In a complex site, page designers often link groups of css files to style a site. Packaging multiple css files can have many practical advantages. In a complex site css code can run to hundreds of lines, and it’s often more practical to subdivide such elements as the basic page layout css from the master site typography styles. It’s easy to link to css files and let the master css layout and typography styles control all the pages in your site.

CSS “skin” files for specific graphic treatments

You may not want every page or section of your site to look the same. If so, you can add a third “skin” css file that provides specific graphics, colors, and header treatments for all pages in a site section that share the same visual design. Each css file in the multifile cascade adds information, moving from sitewide general layout and typographic styles to visual styles that may be specific to a few pages (fig. 5.6).

Diagram shows how a core CSS files that supplies basic layout and typography can be supplemented with another file that supplies a unique set of 'skin' graphics. Thus all pages in a site might share a core set of styles, and specific parts of a site could have a unique set of graphics.

Figure 5.6 — A barebones page layout (top) and two different “skins” that use CSS to add customized graphics.

Media style sheets

Another advantage of css is the ability to provide context-appropriate designs using media style sheets. Support for media style sheets is not all that it could be, but there is sufficient support for screen, print, and, to a lesser degree, handheld devices. With media style sheets, it’s possible to adapt a layout, for example, to hide navigation elements when printed or to minimize menu options when viewed on the small screen of a cell phone.

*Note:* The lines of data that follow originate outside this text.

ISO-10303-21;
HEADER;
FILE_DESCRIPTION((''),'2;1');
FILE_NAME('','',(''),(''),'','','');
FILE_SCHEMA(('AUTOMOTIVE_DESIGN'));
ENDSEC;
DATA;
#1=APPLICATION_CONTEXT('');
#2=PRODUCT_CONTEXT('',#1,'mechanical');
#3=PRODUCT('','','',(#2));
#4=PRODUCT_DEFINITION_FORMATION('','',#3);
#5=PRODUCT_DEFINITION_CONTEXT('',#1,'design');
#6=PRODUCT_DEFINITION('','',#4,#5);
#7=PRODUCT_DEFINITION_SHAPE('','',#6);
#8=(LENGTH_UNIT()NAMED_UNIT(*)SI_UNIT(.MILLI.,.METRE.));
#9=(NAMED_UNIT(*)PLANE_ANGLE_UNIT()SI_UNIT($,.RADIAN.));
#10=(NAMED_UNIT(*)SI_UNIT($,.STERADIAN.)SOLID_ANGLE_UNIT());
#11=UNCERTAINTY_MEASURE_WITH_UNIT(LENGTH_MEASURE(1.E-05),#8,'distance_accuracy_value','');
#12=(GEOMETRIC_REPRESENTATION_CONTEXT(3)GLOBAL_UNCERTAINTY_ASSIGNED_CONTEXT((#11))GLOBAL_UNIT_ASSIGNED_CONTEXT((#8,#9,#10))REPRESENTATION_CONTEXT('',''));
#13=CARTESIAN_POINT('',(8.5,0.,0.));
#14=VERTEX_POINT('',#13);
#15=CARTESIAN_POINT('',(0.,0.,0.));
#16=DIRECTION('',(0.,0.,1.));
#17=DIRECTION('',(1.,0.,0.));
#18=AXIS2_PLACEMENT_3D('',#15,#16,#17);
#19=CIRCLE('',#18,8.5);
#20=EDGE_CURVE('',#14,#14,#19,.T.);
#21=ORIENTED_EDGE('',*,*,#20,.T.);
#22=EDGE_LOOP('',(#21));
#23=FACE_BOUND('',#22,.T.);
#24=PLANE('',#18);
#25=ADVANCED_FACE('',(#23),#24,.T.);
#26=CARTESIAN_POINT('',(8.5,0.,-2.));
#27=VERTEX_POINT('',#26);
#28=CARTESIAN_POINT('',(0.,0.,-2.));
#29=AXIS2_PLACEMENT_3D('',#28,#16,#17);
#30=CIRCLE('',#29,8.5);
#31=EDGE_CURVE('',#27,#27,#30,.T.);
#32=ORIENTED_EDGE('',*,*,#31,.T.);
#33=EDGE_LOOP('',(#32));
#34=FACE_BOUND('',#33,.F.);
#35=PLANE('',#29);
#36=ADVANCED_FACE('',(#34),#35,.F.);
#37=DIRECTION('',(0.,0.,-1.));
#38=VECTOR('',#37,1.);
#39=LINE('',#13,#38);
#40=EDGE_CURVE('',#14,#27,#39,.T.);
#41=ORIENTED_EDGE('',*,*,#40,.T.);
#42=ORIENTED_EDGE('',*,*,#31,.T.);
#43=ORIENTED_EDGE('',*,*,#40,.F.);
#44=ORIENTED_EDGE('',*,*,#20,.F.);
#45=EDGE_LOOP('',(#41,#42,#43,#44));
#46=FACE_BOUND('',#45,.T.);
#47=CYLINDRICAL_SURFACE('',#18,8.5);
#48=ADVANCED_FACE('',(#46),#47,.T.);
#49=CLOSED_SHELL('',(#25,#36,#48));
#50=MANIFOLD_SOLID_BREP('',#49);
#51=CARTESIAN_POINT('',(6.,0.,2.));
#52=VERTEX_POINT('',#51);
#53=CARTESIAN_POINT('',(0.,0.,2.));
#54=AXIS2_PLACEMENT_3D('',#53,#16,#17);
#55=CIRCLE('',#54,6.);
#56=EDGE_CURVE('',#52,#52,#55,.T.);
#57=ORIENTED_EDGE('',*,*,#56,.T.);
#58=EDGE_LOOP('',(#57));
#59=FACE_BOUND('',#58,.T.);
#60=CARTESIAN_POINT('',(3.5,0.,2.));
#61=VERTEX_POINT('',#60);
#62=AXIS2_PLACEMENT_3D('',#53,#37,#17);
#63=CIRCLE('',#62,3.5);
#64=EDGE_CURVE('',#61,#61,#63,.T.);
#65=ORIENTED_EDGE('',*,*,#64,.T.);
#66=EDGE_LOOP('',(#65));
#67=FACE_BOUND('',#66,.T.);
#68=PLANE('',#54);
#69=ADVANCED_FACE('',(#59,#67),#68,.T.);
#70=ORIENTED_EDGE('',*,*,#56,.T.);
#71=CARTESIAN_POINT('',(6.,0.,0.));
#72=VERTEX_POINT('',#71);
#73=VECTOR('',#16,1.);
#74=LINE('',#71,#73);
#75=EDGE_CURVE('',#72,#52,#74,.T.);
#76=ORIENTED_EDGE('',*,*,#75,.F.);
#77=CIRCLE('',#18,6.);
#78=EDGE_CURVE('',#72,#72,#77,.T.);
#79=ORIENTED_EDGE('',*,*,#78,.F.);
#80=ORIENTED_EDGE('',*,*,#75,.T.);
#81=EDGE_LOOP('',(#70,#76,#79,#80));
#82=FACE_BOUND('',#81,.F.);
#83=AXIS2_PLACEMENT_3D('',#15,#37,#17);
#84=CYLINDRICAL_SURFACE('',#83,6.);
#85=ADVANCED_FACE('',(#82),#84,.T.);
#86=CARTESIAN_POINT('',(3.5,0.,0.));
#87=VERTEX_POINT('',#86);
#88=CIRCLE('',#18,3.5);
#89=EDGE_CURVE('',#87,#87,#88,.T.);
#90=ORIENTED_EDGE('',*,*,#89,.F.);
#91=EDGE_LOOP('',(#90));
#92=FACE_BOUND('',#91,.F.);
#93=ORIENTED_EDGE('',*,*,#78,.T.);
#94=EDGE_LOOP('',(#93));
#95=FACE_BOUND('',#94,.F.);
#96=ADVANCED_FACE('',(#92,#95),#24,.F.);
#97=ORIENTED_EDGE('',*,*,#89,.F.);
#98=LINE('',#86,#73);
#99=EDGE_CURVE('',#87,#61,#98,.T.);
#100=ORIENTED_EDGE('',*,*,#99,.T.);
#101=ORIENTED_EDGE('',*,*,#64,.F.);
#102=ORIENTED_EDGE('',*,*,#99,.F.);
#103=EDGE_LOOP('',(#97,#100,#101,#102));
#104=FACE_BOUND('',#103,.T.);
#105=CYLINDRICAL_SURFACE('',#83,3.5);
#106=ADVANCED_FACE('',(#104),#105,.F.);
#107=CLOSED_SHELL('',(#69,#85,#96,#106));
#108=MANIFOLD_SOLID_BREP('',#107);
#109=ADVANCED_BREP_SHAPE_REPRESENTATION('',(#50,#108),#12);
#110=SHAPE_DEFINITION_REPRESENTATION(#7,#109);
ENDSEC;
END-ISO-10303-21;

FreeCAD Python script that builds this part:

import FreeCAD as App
import Part
import Sketcher
from FreeCAD import Vector
Q = App.Units.Quantity

doc = App.newDocument("Part")
params = doc.addObject("Spreadsheet::Sheet", "Params")
for row, (alias, value) in enumerate([
    ("sketch1_diameter", "17 mm"),
    ("pad1_length", "2 mm"),
    ("sketch2_diameter", "12 mm"),
    ("pad2_length", "2 mm"),
    ("sketch3_diameter", "7 mm"),
    ("pocket1_length", "25 mm"),
], start=1):
    params.set(f"A{row}", alias)
    params.set(f"B{row}", "=" + value)
    params.setAlias(f"B{row}", alias)

body = doc.addObject("PartDesign::Body", "Body")

# Sketch on XY plane
sketch1 = body.newObject("Sketcher::SketchObject", "Sketch")
sketch1.AttachmentSupport = (doc.getObject("XY_Plane"), [""])
sketch1.MapMode = "FlatFace"
sketch1.addGeometry(Part.Circle(Vector(0, 0, 0), Vector(0, 0, 1), 8), False)
sketch1.addConstraint([
    Sketcher.Constraint("Coincident", 0, 3, -1, 1),
    Sketcher.Constraint("Diameter", 0, Q("17 mm")),
])
sketch1.setExpression("Constraints[1]", "Params.sketch1_diameter")
pad1 = body.newObject("PartDesign::Pad", "Pad")
pad1.Profile = sketch1
pad1.setExpression("Length", "Params.pad1_length")
pad1.Reversed = True
body2 = doc.addObject("PartDesign::Body", "Body001")

# Sketch on XY plane
sketch2 = body2.newObject("Sketcher::SketchObject", "Sketch001")
sketch2.AttachmentSupport = (doc.getObject("XY_Plane001"), [""])
sketch2.MapMode = "FlatFace"
sketch2.addGeometry(Part.Circle(Vector(0, 0, 0), Vector(0, 0, 1), 6), False)
sketch2.addConstraint([
    Sketcher.Constraint("Coincident", 0, 3, -1, 1),
    Sketcher.Constraint("Diameter", 0, Q("12 mm")),
])
sketch2.setExpression("Constraints[1]", "Params.sketch2_diameter")
pad2 = body2.newObject("PartDesign::Pad", "Pad001")
pad2.Profile = sketch2
pad2.setExpression("Length", "Params.pad2_length")

# Sketch on XY plane
sketch3 = body2.newObject("Sketcher::SketchObject", "Sketch002")
sketch3.AttachmentSupport = (doc.getObject("XY_Plane001"), [""])
sketch3.MapMode = "FlatFace"
sketch3.addGeometry(Part.Circle(Vector(0, 0, 0), Vector(0, 0, 1), 3.5), False)
sketch3.addConstraint([
    Sketcher.Constraint("Coincident", 0, 3, -1, 1),
    Sketcher.Constraint("Diameter", 0, Q("7 mm")),
])
sketch3.setExpression("Constraints[1]", "Params.sketch3_diameter")
pocket1 = body2.newObject("PartDesign::Pocket", "Pocket")
pocket1.Profile = sketch3
pocket1.setExpression("Length", "Params.pocket1_length")
pocket1.Reversed = True

doc.recompute()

Semantic structure for HTML content containers

As you plan the page wireframe templates for your site, consider the advantages of careful semantic html and css within the individual html files. Well-designed, standards-based web pages consist of many subdivisions that not only lay out functional regions of the page (header, footer, scan column, navigation, search box) but also provide unique name “ids” for all standard page template elements. The content portions of web pages are subdivided by divisions (<div></div>) and spans (<span></span>) that label functional areas of the page, providing a “wrapper” around specific page elements or types of content. Divisions and spans should always be named carefully, and major repeating page elements should each have a unique id.

These named divisions and spans are crucial for three reasons:

  • Uniquely named page elements give you complete programmatic and style sheet control. You can’t address a page element with css or JavaScript unless it has a name.
  • Uniquely named page divisions allow you to apply css visual styles more easily and powerfully to particular page areas or blocks of content.
  • Uniquely named page areas will give you many more options in the future, as new web content display devices and types of style sheets are developed. Someday you may want to convert your site to a new content management system. If all your pages and content are contained in consistent, systematically named page divisions, transforming your site will be much easier.

As you develop page wireframes and basic navigation, build in the power and convenience of careful semantic naming of your page regions and major page elements. It’s easy to do in the beginning of a project and very hard or impossible to do later (fig. 5.7).

A web page wireframe diagram, labelled with details that show that each major page division ('div') has a unique ID name assigned, to allow sophisticated CSS and other programming.

Figure 5.7 — The top section of a detailed page wireframe diagram for the site technical team that shows all the various page divisions (divs).